The Mac360 team reviews hundreds of new utilities and applications each year.
As you would expect, some are good, some not. We have a few unanimous favorites, though, including the Mac’s Best. File. Launcher. Ever.
Beauty, of course, is in the eye of the beholder. The worth of a Mac application or utility may vary person to person, but some of the best are favorites for the whole Mac360 staff.
For example, among full backup applications, it’s been hard for anyone to top the reliability, dependability of SuperDuper!
Likewise, we all use ChronoSync to copy files from one Mac to another across a network. If there’s a better utility, we haven’t found it yet.
Ditto for NetNewsWire for top RSS reader, now priced right. It’s free. Vienna is very capable and priced right, too. Free.
The Mac is loaded with excellent applications and utilities that make our Mac’s digital iLife a better life. What about file launchers? You know, those utilities that do more than the Dock, more handy than the Finder?
There must be a dozen superbly crafted utilities that let you launch applications and files, let you navigate through folders and volumes. For the Mac360 staff, there’s only one that’s unanimous and at the top of the list.
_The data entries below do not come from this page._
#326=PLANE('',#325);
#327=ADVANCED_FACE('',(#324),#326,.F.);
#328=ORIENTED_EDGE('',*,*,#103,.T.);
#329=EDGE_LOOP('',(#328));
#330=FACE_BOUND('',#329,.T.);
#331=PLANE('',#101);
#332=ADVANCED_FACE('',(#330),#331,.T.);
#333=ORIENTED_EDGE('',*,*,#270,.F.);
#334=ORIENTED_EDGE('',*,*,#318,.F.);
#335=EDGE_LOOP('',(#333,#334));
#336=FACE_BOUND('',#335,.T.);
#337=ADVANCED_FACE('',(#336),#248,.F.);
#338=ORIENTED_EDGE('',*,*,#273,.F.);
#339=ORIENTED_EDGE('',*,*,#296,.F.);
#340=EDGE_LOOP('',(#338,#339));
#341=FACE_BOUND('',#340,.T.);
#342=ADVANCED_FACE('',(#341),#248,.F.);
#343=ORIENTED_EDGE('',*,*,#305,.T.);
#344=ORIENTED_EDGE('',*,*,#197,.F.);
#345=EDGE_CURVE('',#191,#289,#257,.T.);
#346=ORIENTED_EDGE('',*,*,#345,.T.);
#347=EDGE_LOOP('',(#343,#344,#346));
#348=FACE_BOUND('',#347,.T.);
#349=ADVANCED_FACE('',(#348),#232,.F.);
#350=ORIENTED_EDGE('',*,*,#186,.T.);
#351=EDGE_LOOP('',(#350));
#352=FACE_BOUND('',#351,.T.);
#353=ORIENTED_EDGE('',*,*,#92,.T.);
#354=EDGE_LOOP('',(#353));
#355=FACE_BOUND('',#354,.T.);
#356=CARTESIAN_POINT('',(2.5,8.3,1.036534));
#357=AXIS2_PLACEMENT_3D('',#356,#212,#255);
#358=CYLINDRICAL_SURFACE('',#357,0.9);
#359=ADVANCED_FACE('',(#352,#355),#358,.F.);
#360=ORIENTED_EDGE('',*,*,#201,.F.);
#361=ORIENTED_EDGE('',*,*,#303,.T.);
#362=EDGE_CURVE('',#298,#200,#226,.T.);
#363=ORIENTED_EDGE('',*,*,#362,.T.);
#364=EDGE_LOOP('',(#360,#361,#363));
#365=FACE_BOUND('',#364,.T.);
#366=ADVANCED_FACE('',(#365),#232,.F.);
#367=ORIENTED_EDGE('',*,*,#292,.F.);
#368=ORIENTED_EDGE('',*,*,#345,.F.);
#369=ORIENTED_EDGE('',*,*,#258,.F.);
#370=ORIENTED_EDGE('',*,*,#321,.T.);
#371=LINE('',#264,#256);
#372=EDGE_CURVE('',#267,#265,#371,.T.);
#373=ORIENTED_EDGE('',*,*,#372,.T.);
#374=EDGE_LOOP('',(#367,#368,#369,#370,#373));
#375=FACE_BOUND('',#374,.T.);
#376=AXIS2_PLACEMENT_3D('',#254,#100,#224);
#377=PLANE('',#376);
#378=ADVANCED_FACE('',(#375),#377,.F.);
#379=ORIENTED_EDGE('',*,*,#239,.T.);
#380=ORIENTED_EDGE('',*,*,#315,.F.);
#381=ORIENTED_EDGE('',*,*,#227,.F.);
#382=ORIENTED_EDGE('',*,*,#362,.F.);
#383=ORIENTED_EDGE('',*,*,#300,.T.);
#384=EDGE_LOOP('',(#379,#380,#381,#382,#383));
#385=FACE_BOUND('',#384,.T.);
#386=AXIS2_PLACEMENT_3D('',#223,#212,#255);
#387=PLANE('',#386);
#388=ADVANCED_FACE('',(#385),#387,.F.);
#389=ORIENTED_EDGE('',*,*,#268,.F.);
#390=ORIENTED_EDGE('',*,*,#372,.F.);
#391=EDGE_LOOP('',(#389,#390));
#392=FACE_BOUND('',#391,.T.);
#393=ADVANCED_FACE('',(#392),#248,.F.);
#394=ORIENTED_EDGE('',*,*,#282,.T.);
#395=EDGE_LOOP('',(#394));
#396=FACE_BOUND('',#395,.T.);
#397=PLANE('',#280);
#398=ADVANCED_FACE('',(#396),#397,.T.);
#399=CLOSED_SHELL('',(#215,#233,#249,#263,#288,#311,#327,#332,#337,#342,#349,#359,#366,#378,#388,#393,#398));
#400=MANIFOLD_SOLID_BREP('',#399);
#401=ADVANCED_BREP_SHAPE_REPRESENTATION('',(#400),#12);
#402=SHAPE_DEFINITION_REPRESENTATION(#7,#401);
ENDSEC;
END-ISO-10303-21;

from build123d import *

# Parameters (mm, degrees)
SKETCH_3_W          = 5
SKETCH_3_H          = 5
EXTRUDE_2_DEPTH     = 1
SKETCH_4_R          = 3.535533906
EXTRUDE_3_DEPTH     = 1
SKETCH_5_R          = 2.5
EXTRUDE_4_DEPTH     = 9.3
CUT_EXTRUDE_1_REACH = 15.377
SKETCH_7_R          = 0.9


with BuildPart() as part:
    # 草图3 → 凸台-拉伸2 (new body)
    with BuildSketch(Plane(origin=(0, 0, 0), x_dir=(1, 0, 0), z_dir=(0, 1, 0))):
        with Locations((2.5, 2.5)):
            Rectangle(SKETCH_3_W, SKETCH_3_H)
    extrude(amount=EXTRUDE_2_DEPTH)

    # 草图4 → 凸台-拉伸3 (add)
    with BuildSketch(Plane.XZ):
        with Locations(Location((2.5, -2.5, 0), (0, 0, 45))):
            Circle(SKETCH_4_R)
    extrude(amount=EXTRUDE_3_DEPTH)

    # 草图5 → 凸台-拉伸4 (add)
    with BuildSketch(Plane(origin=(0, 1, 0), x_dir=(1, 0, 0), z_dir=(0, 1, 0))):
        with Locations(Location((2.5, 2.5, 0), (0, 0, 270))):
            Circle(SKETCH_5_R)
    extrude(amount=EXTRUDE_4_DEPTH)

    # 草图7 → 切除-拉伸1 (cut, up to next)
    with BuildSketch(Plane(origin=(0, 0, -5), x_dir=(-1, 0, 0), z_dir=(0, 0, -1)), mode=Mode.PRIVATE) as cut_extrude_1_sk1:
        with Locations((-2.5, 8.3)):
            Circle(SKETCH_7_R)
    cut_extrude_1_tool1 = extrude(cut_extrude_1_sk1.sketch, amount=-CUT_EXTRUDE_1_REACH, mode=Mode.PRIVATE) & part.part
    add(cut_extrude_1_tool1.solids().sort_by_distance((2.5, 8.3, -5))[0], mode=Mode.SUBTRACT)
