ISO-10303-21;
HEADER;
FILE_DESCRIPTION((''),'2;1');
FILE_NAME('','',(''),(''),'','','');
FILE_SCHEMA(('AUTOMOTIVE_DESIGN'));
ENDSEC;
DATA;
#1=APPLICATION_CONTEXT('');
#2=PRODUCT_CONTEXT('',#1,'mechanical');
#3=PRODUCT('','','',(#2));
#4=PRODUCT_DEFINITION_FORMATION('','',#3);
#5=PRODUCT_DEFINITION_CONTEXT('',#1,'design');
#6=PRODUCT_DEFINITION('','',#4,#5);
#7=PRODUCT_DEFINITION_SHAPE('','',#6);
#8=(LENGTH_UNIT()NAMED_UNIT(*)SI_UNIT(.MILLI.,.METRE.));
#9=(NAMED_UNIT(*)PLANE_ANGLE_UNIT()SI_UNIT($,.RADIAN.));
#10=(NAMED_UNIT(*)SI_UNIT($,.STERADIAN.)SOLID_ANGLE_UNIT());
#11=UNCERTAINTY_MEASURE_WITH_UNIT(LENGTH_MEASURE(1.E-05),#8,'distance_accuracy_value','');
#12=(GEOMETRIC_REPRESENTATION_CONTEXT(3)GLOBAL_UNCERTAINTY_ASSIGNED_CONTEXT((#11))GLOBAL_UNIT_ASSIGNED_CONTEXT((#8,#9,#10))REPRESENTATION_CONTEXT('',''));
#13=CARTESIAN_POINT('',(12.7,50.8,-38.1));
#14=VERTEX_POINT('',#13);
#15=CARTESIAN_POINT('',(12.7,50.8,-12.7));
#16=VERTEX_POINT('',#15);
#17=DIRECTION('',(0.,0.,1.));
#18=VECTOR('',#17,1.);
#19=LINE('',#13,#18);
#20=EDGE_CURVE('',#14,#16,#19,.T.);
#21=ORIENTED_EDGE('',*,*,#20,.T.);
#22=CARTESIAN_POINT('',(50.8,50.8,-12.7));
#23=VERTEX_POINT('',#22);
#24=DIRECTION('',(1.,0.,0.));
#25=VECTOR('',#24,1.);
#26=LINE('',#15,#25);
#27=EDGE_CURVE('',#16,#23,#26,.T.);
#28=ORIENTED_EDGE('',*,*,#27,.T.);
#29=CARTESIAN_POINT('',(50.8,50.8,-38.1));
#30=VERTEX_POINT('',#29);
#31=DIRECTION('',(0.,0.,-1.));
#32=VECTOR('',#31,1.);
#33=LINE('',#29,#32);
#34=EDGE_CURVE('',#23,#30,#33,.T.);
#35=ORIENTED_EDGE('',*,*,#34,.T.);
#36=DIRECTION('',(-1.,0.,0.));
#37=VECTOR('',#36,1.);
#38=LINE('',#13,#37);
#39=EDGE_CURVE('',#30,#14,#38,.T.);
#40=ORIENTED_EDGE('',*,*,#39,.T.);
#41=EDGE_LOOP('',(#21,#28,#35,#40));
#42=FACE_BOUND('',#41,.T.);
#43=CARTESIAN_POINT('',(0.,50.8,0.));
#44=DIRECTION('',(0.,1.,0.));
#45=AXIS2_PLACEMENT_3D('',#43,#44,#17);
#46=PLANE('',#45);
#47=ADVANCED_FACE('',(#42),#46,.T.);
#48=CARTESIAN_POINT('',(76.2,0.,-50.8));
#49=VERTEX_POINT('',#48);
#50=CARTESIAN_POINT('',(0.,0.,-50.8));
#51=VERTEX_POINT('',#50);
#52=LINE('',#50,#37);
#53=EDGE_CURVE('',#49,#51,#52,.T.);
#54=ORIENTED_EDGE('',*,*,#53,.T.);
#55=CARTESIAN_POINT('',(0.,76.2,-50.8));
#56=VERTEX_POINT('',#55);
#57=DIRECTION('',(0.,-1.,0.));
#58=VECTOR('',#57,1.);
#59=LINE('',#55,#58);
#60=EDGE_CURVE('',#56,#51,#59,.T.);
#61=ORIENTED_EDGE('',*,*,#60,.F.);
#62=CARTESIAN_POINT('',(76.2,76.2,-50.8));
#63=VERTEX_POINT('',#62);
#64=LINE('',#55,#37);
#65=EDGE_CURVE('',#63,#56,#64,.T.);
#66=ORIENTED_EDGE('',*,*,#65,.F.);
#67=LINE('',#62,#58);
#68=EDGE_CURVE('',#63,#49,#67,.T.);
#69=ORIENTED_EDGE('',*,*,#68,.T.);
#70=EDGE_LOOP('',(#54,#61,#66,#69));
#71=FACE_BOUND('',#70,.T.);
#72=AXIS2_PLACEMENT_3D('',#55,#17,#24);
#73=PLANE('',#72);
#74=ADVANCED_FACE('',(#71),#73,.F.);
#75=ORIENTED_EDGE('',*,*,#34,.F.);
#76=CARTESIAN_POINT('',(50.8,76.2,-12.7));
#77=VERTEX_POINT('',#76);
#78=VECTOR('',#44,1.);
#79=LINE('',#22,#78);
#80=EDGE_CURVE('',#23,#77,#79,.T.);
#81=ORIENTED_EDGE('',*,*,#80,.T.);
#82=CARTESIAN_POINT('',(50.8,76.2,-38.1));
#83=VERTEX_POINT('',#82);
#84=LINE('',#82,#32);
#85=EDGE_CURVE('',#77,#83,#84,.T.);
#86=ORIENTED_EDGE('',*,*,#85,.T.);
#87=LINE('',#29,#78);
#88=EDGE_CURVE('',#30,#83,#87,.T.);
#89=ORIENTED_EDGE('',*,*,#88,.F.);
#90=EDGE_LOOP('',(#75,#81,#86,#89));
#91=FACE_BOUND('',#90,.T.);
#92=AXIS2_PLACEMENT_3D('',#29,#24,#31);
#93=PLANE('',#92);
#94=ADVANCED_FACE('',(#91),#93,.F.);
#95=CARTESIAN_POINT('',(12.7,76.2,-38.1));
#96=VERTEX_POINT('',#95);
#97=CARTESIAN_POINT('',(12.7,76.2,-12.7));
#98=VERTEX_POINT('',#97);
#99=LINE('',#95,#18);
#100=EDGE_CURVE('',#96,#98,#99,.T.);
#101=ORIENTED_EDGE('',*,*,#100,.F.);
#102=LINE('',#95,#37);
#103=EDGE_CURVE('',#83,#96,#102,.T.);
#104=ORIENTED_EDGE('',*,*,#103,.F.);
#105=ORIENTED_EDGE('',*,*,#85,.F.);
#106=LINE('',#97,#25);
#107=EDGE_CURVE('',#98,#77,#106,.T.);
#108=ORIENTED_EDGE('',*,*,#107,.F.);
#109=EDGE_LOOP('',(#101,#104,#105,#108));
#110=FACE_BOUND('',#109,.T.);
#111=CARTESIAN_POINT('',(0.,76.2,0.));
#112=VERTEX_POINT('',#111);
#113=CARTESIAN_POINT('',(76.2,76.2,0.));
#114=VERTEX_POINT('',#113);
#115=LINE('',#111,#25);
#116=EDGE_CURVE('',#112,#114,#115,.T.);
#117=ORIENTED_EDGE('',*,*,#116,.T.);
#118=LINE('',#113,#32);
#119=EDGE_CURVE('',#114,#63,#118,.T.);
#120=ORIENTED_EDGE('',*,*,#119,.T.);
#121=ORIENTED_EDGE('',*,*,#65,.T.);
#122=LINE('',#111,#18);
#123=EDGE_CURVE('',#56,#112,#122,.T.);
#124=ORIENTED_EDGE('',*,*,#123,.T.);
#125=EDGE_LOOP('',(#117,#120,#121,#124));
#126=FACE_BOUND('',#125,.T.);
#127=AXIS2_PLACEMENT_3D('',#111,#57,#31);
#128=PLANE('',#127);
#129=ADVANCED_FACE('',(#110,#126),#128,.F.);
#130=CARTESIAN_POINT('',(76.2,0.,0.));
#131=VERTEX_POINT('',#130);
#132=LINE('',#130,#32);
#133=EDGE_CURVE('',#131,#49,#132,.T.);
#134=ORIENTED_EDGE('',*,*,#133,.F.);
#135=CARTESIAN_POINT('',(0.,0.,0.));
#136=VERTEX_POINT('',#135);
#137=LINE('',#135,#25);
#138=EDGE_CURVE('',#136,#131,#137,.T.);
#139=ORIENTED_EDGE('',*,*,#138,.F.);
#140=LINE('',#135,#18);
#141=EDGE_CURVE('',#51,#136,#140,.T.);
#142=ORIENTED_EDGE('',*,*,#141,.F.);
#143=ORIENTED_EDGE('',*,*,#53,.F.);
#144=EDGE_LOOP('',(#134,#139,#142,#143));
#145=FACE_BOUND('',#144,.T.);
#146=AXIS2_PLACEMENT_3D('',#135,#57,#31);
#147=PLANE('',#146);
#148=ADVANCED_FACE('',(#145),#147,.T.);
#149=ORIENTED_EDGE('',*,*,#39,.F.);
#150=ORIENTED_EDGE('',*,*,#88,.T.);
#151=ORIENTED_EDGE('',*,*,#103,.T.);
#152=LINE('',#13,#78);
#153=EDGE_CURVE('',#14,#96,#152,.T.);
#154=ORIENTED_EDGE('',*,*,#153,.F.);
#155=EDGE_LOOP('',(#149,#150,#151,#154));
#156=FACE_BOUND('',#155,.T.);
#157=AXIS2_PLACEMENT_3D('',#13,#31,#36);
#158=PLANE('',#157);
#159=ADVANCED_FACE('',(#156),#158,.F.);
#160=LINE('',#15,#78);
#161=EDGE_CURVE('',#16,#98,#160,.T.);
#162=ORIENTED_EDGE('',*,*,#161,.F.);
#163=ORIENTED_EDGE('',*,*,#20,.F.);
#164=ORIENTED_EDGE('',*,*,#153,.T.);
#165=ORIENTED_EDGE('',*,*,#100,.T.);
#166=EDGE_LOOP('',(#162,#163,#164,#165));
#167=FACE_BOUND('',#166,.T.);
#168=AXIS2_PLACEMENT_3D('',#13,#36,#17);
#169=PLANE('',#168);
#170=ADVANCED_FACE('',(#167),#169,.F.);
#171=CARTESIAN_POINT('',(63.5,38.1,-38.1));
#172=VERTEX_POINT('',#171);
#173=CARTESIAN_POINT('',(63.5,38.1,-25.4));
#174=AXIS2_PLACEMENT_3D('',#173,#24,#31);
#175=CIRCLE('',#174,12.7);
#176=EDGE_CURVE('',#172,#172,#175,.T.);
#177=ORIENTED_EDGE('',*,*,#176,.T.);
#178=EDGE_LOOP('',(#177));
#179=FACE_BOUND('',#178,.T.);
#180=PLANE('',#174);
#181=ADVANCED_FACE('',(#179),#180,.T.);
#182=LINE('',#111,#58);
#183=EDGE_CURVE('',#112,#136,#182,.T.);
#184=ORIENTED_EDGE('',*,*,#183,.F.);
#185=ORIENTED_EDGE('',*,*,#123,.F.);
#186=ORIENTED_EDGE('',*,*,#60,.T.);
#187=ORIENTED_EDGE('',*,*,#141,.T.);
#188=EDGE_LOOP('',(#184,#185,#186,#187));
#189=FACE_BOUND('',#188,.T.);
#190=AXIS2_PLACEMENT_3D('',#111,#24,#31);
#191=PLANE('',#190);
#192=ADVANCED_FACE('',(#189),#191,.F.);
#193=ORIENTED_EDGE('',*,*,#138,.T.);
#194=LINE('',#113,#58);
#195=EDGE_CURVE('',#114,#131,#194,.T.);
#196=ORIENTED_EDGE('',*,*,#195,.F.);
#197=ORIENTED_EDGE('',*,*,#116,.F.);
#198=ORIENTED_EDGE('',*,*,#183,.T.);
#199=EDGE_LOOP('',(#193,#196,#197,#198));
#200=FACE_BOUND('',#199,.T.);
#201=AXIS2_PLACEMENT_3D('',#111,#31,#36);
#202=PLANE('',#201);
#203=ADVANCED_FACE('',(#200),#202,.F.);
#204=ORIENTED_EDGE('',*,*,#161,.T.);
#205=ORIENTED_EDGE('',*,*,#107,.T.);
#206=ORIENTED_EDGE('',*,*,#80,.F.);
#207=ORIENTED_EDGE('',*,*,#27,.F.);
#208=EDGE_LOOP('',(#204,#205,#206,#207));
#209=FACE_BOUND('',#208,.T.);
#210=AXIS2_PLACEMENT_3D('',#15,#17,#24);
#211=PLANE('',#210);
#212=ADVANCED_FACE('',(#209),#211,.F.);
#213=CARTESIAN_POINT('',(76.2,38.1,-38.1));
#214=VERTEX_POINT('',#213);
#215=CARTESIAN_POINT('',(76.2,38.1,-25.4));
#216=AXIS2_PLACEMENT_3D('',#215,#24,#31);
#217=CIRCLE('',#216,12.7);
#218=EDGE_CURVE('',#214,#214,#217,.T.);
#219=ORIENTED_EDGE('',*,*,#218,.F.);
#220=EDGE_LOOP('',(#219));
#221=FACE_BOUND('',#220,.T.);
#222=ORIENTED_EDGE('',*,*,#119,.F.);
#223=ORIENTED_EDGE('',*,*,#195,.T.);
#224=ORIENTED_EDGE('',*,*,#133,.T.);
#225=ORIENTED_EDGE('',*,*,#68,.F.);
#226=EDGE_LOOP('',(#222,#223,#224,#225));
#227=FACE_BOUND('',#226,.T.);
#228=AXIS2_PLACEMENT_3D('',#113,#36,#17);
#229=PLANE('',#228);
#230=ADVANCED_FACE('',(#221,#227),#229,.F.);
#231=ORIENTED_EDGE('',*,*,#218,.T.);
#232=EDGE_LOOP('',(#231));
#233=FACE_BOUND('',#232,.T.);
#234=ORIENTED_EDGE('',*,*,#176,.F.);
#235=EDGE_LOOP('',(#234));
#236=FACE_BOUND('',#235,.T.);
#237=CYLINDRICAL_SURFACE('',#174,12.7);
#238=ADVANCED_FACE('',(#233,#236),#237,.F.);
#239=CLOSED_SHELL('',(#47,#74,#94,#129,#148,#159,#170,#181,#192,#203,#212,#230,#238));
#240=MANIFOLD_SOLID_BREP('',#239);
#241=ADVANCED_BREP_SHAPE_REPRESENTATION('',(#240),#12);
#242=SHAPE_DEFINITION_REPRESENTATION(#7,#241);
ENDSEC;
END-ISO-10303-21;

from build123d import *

# Parameters (mm, degrees)
SKETCH1_W           = 76.2
SKETCH1_H           = 50.8
BOSS_EXTRUDE1_DEPTH = 76.2
SKETCH2_W           = 38.1
SKETCH2_H           = 25.4
CUT_EXTRUDE1_DEPTH  = 25.4
SKETCH3_R           = 12.7
CUT_EXTRUDE3_DEPTH  = 12.7


with BuildPart() as part:
    # Sketch1 → Boss-Extrude1 (new body)
    with BuildSketch(Plane(origin=(0, 0, 0), x_dir=(1, 0, 0), z_dir=(0, 1, 0))):
        with Locations((38.1, 25.4)):
            Rectangle(SKETCH1_W, SKETCH1_H)
    extrude(amount=BOSS_EXTRUDE1_DEPTH)

    # Sketch2 → Cut-Extrude1 (cut)
    with BuildSketch(Plane(origin=(0, 76.2, 0), x_dir=(1, 0, 0), z_dir=(0, 1, 0))):
        with Locations((31.75, 25.4)):
            Rectangle(SKETCH2_W, SKETCH2_H)
    extrude(amount=-CUT_EXTRUDE1_DEPTH, mode=Mode.SUBTRACT)

    # Sketch3 → Cut-Extrude3 (cut)
    with BuildSketch(Plane(origin=(76.2, 0, 0), x_dir=(0, 0, -1), z_dir=(1, 0, 0))):
        with Locations((25.4, 38.1)):
            Circle(SKETCH3_R)
    extrude(amount=-CUT_EXTRUDE3_DEPTH, mode=Mode.SUBTRACT)


solid = part.part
DragThing takes top honors.
A file or application launcher works like the Dock in Mac OS X. It’s a shortcut to open a file, a document, a folder, a utility, an application, whatever.
Do I have a simple criteria for a launcher? It must be easy to setup, easy to learn and use, simple to customize for personal use, mostly out of the way and unobtrusive, but always there.
So it is with DragThing. Yes, I’m aware that the Mac has many good launcher utilities, most quite capable, and most extend well beyond the Dock’s capabilities, or the Finder’s features.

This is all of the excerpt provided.